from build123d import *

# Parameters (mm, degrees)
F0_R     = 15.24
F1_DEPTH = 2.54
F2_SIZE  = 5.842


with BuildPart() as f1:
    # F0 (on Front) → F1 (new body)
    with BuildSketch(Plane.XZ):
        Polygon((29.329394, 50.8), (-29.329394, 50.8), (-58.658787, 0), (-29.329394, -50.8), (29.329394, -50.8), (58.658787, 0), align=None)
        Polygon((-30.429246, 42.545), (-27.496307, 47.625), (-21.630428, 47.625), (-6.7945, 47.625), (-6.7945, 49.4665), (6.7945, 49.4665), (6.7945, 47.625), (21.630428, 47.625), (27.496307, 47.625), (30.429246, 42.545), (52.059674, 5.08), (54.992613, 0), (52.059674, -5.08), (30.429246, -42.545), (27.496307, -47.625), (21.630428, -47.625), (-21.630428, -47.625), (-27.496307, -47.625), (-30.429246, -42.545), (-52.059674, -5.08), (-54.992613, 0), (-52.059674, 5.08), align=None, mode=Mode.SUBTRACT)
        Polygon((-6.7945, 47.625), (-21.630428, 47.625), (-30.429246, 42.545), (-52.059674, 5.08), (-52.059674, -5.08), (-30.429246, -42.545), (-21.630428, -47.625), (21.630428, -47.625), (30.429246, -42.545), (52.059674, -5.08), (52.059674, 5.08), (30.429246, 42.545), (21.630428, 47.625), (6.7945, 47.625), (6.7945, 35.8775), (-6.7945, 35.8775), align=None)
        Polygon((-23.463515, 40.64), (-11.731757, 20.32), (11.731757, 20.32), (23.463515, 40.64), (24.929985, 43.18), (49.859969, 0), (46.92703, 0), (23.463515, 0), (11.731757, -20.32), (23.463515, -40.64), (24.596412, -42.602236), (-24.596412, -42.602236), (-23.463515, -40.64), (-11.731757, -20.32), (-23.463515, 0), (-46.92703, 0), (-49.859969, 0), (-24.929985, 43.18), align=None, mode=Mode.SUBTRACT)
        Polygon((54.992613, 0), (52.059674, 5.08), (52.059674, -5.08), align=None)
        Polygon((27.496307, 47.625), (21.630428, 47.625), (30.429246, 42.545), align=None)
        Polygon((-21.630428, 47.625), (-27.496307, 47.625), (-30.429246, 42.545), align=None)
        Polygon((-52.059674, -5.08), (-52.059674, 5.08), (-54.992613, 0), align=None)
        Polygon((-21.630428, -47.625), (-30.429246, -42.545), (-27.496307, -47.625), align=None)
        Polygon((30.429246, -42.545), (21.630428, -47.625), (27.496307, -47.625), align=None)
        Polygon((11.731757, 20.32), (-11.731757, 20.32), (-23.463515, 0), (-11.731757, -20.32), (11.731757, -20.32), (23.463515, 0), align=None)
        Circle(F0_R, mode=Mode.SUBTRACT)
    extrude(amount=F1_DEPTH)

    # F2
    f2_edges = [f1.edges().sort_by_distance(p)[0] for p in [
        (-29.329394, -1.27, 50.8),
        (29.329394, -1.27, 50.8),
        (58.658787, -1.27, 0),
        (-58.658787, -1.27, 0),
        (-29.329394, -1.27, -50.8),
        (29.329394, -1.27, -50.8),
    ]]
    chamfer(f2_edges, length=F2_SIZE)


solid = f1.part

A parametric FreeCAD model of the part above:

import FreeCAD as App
import Part
import Sketcher
Q = App.Units.Quantity


def edges_at(feature, points):
    """Names of the edges that pass closest to the given points."""
    edges = feature.Shape.Edges
    near = lambda p: min(range(len(edges)), key=lambda i: edges[i].distToShape(Part.Vertex(*p))[0])
    return sorted({f"Edge{near(p) + 1}" for p in points})

doc = App.newDocument("Part")
params = doc.addObject("Spreadsheet::Sheet", "Params")
for row, (alias, value) in enumerate([
    ("sketch1_diameter", "1.2 in"),
    ("sketch1_width", "0.535 in"),
    ("pad1_length", "0.1 in"),
    ("chamfer_size", "0.23 in"),
], start=1):
    params.set(f"A{row}", alias)
    params.set(f"B{row}", "=" + value)
    params.setAlias(f"B{row}", alias)

body = doc.addObject("PartDesign::Body", "Body")

sketch1 = body.newObject("Sketcher::SketchObject", "Sketch")
sketch1.AttachmentSupport = (doc.getObject("XZ_Plane"), [""])
sketch1.MapMode = "FlatFace"
sketch1.addGeometry([
    Part.LineSegment(App.Vector(29.3, 50.8, 0), App.Vector(-29.3, 50.8, 0)),
    Part.LineSegment(App.Vector(-29.3, 50.8, 0), App.Vector(-58.7, 0, 0)),
    Part.LineSegment(App.Vector(-58.7, 0, 0), App.Vector(-29.3, -50.8, 0)),
    Part.LineSegment(App.Vector(-29.3, -50.8, 0), App.Vector(29.3, -50.8, 0)),
    Part.LineSegment(App.Vector(29.3, -50.8, 0), App.Vector(58.7, 0, 0)),
    Part.LineSegment(App.Vector(58.7, 0, 0), App.Vector(29.3, 50.8, 0)),
    Part.LineSegment(App.Vector(11.7, -20.3, 0), App.Vector(23.5, -40.6, 0)),
    Part.LineSegment(App.Vector(23.5, -40.6, 0), App.Vector(24.6, -42.6, 0)),
    Part.LineSegment(App.Vector(24.6, -42.6, 0), App.Vector(-24.6, -42.6, 0)),
    Part.LineSegment(App.Vector(-24.6, -42.6, 0), App.Vector(-23.5, -40.6, 0)),
    Part.LineSegment(App.Vector(-23.5, -40.6, 0), App.Vector(-11.7, -20.3, 0)),
    Part.LineSegment(App.Vector(-11.7, -20.3, 0), App.Vector(11.7, -20.3, 0)),
    Part.Circle(App.Vector(0, 0, 0), App.Vector(0, 0, 1), 15.2),
    Part.LineSegment(App.Vector(-24.9, 43.2, 0), App.Vector(-23.5, 40.6, 0)),
    Part.LineSegment(App.Vector(-23.5, 40.6, 0), App.Vector(-11.7, 20.3, 0)),
    Part.LineSegment(App.Vector(-11.7, 20.3, 0), App.Vector(-23.5, 0, 0)),
    Part.LineSegment(App.Vector(-23.5, 0, 0), App.Vector(-49.9, 0, 0)),
    Part.LineSegment(App.Vector(-49.9, 0, 0), App.Vector(-24.9, 43.2, 0)),
    Part.LineSegment(App.Vector(11.7, 20.3, 0), App.Vector(23.5, 40.6, 0)),
    Part.LineSegment(App.Vector(23.5, 40.6, 0), App.Vector(24.9, 43.2, 0)),
    Part.LineSegment(App.Vector(24.9, 43.2, 0), App.Vector(49.9, 0, 0)),
    Part.LineSegment(App.Vector(49.9, 0, 0), App.Vector(23.5, 0, 0)),
    Part.LineSegment(App.Vector(23.5, 0, 0), App.Vector(11.7, 20.3, 0)),
    Part.LineSegment(App.Vector(-6.8, 49.5, 0), App.Vector(6.8, 49.5, 0)),
    Part.LineSegment(App.Vector(6.8, 49.5, 0), App.Vector(6.8, 35.9, 0)),
    Part.LineSegment(App.Vector(6.8, 35.9, 0), App.Vector(-6.8, 35.9, 0)),
    Part.LineSegment(App.Vector(-6.8, 35.9, 0), App.Vector(-6.8, 49.5, 0)),
], False)
sketch1.addConstraint([
    Sketcher.Constraint("Coincident", 0, 2, 1, 1),
    Sketcher.Constraint("Coincident", 1, 2, 2, 1),
    Sketcher.Constraint("Coincident", 2, 2, 3, 1),
    Sketcher.Constraint("Coincident", 3, 2, 4, 1),
    Sketcher.Constraint("Coincident", 4, 2, 5, 1),
    Sketcher.Constraint("Coincident", 5, 2, 0, 1),
    Sketcher.Constraint("Coincident", 6, 2, 7, 1),
    Sketcher.Constraint("Coincident", 7, 2, 8, 1),
    Sketcher.Constraint("Coincident", 8, 2, 9, 1),
    Sketcher.Constraint("Coincident", 9, 2, 10, 1),
    Sketcher.Constraint("Coincident", 10, 2, 11, 1),
    Sketcher.Constraint("Coincident", 11, 2, 6, 1),
    Sketcher.Constraint("Coincident", 13, 2, 14, 1),
    Sketcher.Constraint("Coincident", 14, 2, 15, 1),
    Sketcher.Constraint("Coincident", 15, 2, 16, 1),
    Sketcher.Constraint("Coincident", 16, 2, 17, 1),
    Sketcher.Constraint("Coincident", 17, 2, 13, 1),
    Sketcher.Constraint("Coincident", 18, 2, 19, 1),
    Sketcher.Constraint("Coincident", 19, 2, 20, 1),
    Sketcher.Constraint("Coincident", 20, 2, 21, 1),
    Sketcher.Constraint("Coincident", 21, 2, 22, 1),
    Sketcher.Constraint("Coincident", 22, 2, 18, 1),
    Sketcher.Constraint("Coincident", 23, 2, 24, 1),
    Sketcher.Constraint("Coincident", 24, 2, 25, 1),
    Sketcher.Constraint("Coincident", 25, 2, 26, 1),
    Sketcher.Constraint("Coincident", 26, 2, 23, 1),
    Sketcher.Constraint("Horizontal", 0),
    Sketcher.Constraint("Horizontal", 3),
    Sketcher.Constraint("Horizontal", 8),
    Sketcher.Constraint("Horizontal", 11),
    Sketcher.Constraint("Horizontal", 16),
    Sketcher.Constraint("Horizontal", 21),
    Sketcher.Constraint("Horizontal", 23),
    Sketcher.Constraint("Vertical", 24),
    Sketcher.Constraint("Horizontal", 25),
    Sketcher.Constraint("Vertical", 26),
    Sketcher.Constraint("Coincident", 12, 3, -1, 1),
    Sketcher.Constraint("Symmetric", 0, 2, 3, 2, -1, 1),
    Sketcher.Constraint("Symmetric", 1, 2, 4, 2, -1, 1),
    Sketcher.Constraint("Symmetric", 6, 2, 13, 2, -1, 1),
    Sketcher.Constraint("Symmetric", 11, 2, 14, 2, -1, 1),
    Sketcher.Constraint("Symmetric", 9, 2, 18, 2, -1, 1),
    Sketcher.Constraint("Symmetric", 16, 2, 20, 2, -1, 1),
    Sketcher.Constraint("Symmetric", 10, 2, 22, 2, -1, 1),
    Sketcher.Constraint("Symmetric", 6, 2, 9, 2, -2),
    Sketcher.Constraint("Symmetric", 17, 2, 19, 2, -2),
    Sketcher.Constraint("Symmetric", 15, 2, 21, 2, -2),
    Sketcher.Constraint("PointOnObject", 1, 2, -1),
    Sketcher.Constraint("Parallel", 2, 5),
    Sketcher.Constraint("Parallel", 5, 6),
    Sketcher.Constraint("Parallel", 6, 7),
    Sketcher.Constraint("Parallel", 4, 9),
    Sketcher.Constraint("Parallel", 9, 10),
    Sketcher.Constraint("Parallel", 7, 13),
    Sketcher.Constraint("Parallel", 10, 15),
    Sketcher.Constraint("Parallel", 15, 17),
    Sketcher.Constraint("Parallel", 18, 19),
    Sketcher.Constraint("Vertical", 13, 2, 15, 2),
    Sketcher.Constraint("Equal", 25, 24),
    Sketcher.Constraint("Diameter", 12, Q("1.2 in")),
    Sketcher.Constraint("DistanceY", -1, 1, 0, 2, Q("2 in")),
    Sketcher.Constraint("Angle", 1, Q("-119.999999 deg")),
    Sketcher.Constraint("DistanceY", 6, 2, -1, 1, Q("1.6 in")),
    Sketcher.Constraint("DistanceY", -1, 1, 17, 2, Q("1.7 in")),
    Sketcher.Constraint("DistanceX", 23, 1, 23, 2, Q("0.535 in")),
    Sketcher.Constraint("DistanceY", 24, 2, 18, 2, Q("0.1875 in")),
    Sketcher.Constraint("DistanceX", -1, 1, 23, 2, Q("0.2675 in")),
    Sketcher.Constraint("DistanceX", 1, 2, 6, 2, 82.122302),
    Sketcher.Constraint("DistanceX", 17, 2, 18, 2, 48.3935),
    Sketcher.Constraint("DistanceX", 8, 2, 8, 1, 49.192824),
])
sketch1.setExpression("Constraints[59]", "Params.sketch1_diameter")
sketch1.setExpression("Constraints[64]", "Params.sketch1_width")
pad1 = body.newObject("PartDesign::Pad", "Pad")
pad1.Profile = sketch1
pad1.setExpression("Length", "Params.pad1_length")
doc.recompute()

chamfer = body.newObject("PartDesign::Chamfer", "Chamfer")
chamfer.Base = (pad1, edges_at(pad1, [
    (-29.329, -1.27, 50.8),
    (29.329, -1.27, 50.8),
    (58.659, -1.27, 0),
    (-58.659, -1.27, 0),
    (-29.329, -1.27, -50.8),
    (29.329, -1.27, -50.8),
]))
chamfer.setExpression("Size", "Params.chamfer_size")

doc.recompute()
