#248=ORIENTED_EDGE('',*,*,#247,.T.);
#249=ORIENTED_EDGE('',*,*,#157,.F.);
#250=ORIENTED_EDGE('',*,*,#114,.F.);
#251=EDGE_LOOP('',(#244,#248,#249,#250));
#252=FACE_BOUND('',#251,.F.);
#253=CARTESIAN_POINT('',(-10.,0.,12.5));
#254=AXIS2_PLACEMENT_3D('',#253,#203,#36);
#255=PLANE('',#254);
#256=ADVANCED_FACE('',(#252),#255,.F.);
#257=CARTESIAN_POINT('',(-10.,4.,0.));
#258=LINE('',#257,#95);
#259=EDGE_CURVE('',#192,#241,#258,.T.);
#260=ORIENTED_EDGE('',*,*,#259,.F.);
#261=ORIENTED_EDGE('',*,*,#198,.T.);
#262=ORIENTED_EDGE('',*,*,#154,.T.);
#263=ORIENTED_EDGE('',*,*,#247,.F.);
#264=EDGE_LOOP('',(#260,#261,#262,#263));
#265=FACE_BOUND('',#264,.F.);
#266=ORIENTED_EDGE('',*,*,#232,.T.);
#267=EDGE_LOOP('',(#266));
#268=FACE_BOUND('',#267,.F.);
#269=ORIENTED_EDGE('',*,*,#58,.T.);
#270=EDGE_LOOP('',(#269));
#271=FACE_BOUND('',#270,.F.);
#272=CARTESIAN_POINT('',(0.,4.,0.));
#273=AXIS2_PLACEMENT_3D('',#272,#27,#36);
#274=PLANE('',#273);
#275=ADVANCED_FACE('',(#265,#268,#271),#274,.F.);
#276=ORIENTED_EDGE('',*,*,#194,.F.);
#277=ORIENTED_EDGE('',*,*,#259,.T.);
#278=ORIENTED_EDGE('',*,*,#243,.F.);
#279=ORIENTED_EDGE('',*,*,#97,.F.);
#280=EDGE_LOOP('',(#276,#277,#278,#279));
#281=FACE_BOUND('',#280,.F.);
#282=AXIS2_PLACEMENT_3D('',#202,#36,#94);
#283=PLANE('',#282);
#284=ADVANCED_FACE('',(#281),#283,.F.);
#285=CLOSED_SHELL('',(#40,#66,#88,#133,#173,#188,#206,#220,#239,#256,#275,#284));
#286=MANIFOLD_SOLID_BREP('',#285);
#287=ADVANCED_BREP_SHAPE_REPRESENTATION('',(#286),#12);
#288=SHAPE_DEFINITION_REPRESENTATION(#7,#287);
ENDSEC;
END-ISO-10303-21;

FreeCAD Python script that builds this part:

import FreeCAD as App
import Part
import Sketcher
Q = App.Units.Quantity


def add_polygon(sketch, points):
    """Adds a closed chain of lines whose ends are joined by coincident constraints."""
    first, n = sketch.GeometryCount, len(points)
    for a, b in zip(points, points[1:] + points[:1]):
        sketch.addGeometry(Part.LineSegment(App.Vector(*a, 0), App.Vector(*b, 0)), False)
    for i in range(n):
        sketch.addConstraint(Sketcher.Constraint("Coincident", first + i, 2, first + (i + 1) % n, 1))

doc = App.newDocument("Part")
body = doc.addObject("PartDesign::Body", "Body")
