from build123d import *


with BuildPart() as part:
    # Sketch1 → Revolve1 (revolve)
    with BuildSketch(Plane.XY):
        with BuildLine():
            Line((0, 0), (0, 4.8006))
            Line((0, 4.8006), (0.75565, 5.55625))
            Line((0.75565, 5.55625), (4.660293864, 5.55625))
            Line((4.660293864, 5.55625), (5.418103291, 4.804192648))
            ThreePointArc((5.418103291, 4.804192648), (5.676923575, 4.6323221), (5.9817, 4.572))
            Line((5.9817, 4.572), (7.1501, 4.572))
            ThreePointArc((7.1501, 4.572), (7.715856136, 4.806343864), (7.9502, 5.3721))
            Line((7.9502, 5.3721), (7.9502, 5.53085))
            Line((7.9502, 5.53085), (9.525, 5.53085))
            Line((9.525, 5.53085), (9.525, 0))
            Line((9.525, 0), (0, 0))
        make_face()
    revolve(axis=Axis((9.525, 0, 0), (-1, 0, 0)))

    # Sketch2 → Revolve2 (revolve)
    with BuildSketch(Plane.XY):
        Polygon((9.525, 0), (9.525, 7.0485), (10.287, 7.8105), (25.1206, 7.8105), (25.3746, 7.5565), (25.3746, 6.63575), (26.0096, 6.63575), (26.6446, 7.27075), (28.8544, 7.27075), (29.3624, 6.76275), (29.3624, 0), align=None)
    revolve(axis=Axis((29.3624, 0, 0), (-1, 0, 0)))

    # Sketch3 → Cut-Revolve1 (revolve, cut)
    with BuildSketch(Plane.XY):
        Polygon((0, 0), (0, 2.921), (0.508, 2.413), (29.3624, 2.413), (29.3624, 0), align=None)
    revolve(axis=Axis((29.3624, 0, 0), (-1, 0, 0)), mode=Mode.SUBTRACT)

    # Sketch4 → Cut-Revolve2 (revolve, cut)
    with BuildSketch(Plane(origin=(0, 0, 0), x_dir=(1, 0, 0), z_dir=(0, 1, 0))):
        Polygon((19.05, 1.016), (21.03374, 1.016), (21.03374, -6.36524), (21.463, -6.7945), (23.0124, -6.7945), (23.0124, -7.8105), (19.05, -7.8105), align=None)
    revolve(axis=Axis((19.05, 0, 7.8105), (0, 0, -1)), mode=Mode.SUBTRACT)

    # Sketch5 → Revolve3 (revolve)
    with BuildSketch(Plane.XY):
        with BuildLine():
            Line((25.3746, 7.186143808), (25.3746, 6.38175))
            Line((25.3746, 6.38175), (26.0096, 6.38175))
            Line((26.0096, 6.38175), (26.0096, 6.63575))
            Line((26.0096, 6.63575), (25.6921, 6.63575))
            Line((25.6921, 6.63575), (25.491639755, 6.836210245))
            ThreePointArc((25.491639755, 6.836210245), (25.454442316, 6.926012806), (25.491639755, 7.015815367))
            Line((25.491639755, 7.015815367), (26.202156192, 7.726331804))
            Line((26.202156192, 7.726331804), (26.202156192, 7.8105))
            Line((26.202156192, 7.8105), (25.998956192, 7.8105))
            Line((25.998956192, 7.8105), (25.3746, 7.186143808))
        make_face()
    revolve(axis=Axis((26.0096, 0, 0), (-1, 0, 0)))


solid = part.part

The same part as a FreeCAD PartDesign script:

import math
import FreeCAD as App
import Part
import Sketcher
Q = App.Units.Quantity

doc = App.newDocument("Part")
body = doc.addObject("PartDesign::Body", "Body")

# Sketch on XY plane
sketch1 = doc.addObject("Sketcher::SketchObject", "Sketch")
body.addObject(sketch1)
sketch1.AttachmentSupport = (doc.XY_Plane, [""])
sketch1.MapMode = "FlatFace"
sketch1.addGeometry([
    Part.LineSegment(App.Vector(0, 4.8, 0), App.Vector(0, 0, 0)),  # 0
    Part.LineSegment(App.Vector(0, 0, 0), App.Vector(9.53, 0, 0)),  # 1
    Part.LineSegment(App.Vector(9.53, 0, 0), App.Vector(9.53, 5.53, 0)),  # 2
    Part.LineSegment(App.Vector(9.53, 5.53, 0), App.Vector(7.95, 5.53, 0)),  # 3
    Part.LineSegment(App.Vector(7.95, 5.53, 0), App.Vector(7.95, 5.37, 0)),  # 4
    Part.ArcOfCircle(Part.Circle(App.Vector(7.15, 5.37, 0), App.Vector(0, 0, 1), 0.8), math.radians(-90), math.radians(0)),  # 5
    Part.LineSegment(App.Vector(7.15, 4.57, 0), App.Vector(5.98, 4.57, 0)),  # 6
    Part.ArcOfCircle(Part.Circle(App.Vector(5.98, 5.37, 0), App.Vector(0, 0, 1), 0.8), math.radians(-135), math.radians(-90)),  # 7
    Part.LineSegment(App.Vector(5.42, 4.8, 0), App.Vector(4.66, 5.56, 0)),  # 8
    Part.LineSegment(App.Vector(4.66, 5.56, 0), App.Vector(0.76, 5.56, 0)),  # 9
    Part.LineSegment(App.Vector(0.76, 5.56, 0), App.Vector(0, 4.8, 0)),  # 10
], False)
sketch1.addConstraint([
    Sketcher.Constraint("Coincident", 0, 2, 1, 1),
    Sketcher.Constraint("Coincident", 1, 2, 2, 1),
    Sketcher.Constraint("Coincident", 2, 2, 3, 1),
    Sketcher.Constraint("Coincident", 3, 2, 4, 1),
    Sketcher.Constraint("Tangent", 4, 2, 5, 2),
    Sketcher.Constraint("Tangent", 5, 1, 6, 1),
    Sketcher.Constraint("Tangent", 6, 2, 7, 2),
    Sketcher.Constraint("Tangent", 7, 1, 8, 1),
    Sketcher.Constraint("Coincident", 8, 2, 9, 1),
    Sketcher.Constraint("Coincident", 9, 2, 10, 1),
    Sketcher.Constraint("Coincident", 10, 2, 0, 1),
    Sketcher.Constraint("Vertical", 0),
    Sketcher.Constraint("Horizontal", 1),
    Sketcher.Constraint("Vertical", 2),
    Sketcher.Constraint("Horizontal", 3),
    Sketcher.Constraint("Vertical", 4),
    Sketcher.Constraint("Horizontal", 6),
    Sketcher.Constraint("Horizontal", 9),
    Sketcher.Constraint("Coincident", 0, 2, -1, 1),
    Sketcher.Constraint("Equal", 5, 7),
    Sketcher.Constraint("Angle", 10, Q("-135 deg")),
    Sketcher.Constraint("Radius", 5, Q("0.0315 in")),
    Sketcher.Constraint("DistanceX", 1, 1, 1, 2, Q("0.375 in")),
    Sketcher.Constraint("DistanceX", 3, 2, 3, 1, Q("0.062 in")),
    Sketcher.Constraint("DistanceX", 6, 2, 6, 1, Q("0.046 in")),
    Sketcher.Constraint("DistanceY", 0, 2, 0, 1, Q("0.189 in")),
    Sketcher.Constraint("DistanceY", -1, 1, 5, 1, Q("0.18 in")),
    Sketcher.Constraint("DistanceY", -1, 1, 8, 2, Q("0.21875 in")),
    Sketcher.Constraint("DistanceY", 2, 1, 2, 2, Q("5.53085 mm")),
    Sketcher.Constraint("DistanceX", 9, 2, 9, 1, Q("3.904644 mm")),
])
revolution = doc.addObject("PartDesign::Revolution", "Revolution")
body.addObject(revolution)
revolution.Profile = sketch1
revolution.ReferenceAxis = (sketch1, ["H_Axis"])
revolution.Angle = 360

Exercise
Everything from the first line of the data through the line holding "(-6.7945, 35.8775), align=None)" should be output exactly, and no other lines.

Response area
from build123d import *

# Parameters (mm, degrees)
F0_R     = 15.24
F1_DEPTH = 2.54
F2_SIZE  = 5.842


with BuildPart() as f1:
    # F0 (on Front) → F1 (new body)
    with BuildSketch(Plane.XZ):
        Polygon((29.329394, 50.8), (-29.329394, 50.8), (-58.658787, 0), (-29.329394, -50.8), (29.329394, -50.8), (58.658787, 0), align=None)
        Polygon((-30.429246, 42.545), (-27.496307, 47.625), (-21.630428, 47.625), (-6.7945, 47.625), (-6.7945, 49.4665), (6.7945, 49.4665), (6.7945, 47.625), (21.630428, 47.625), (27.496307, 47.625), (30.429246, 42.545), (52.059674, 5.08), (54.992613, 0), (52.059674, -5.08), (30.429246, -42.545), (27.496307, -47.625), (21.630428, -47.625), (-21.630428, -47.625), (-27.496307, -47.625), (-30.429246, -42.545), (-52.059674, -5.08), (-54.992613, 0), (-52.059674, 5.08), align=None, mode=Mode.SUBTRACT)
        Polygon((-6.7945, 47.625), (-21.630428, 47.625), (-30.429246, 42.545), (-52.059674, 5.08), (-52.059674, -5.08), (-30.429246, -42.545), (-21.630428, -47.625), (21.630428, -47.625), (30.429246, -42.545), (52.059674, -5.08), (52.059674, 5.08), (30.429246, 42.545), (21.630428, 47.625), (6.7945, 47.625), (6.7945, 35.8775), (-6.7945, 35.8775), align=None)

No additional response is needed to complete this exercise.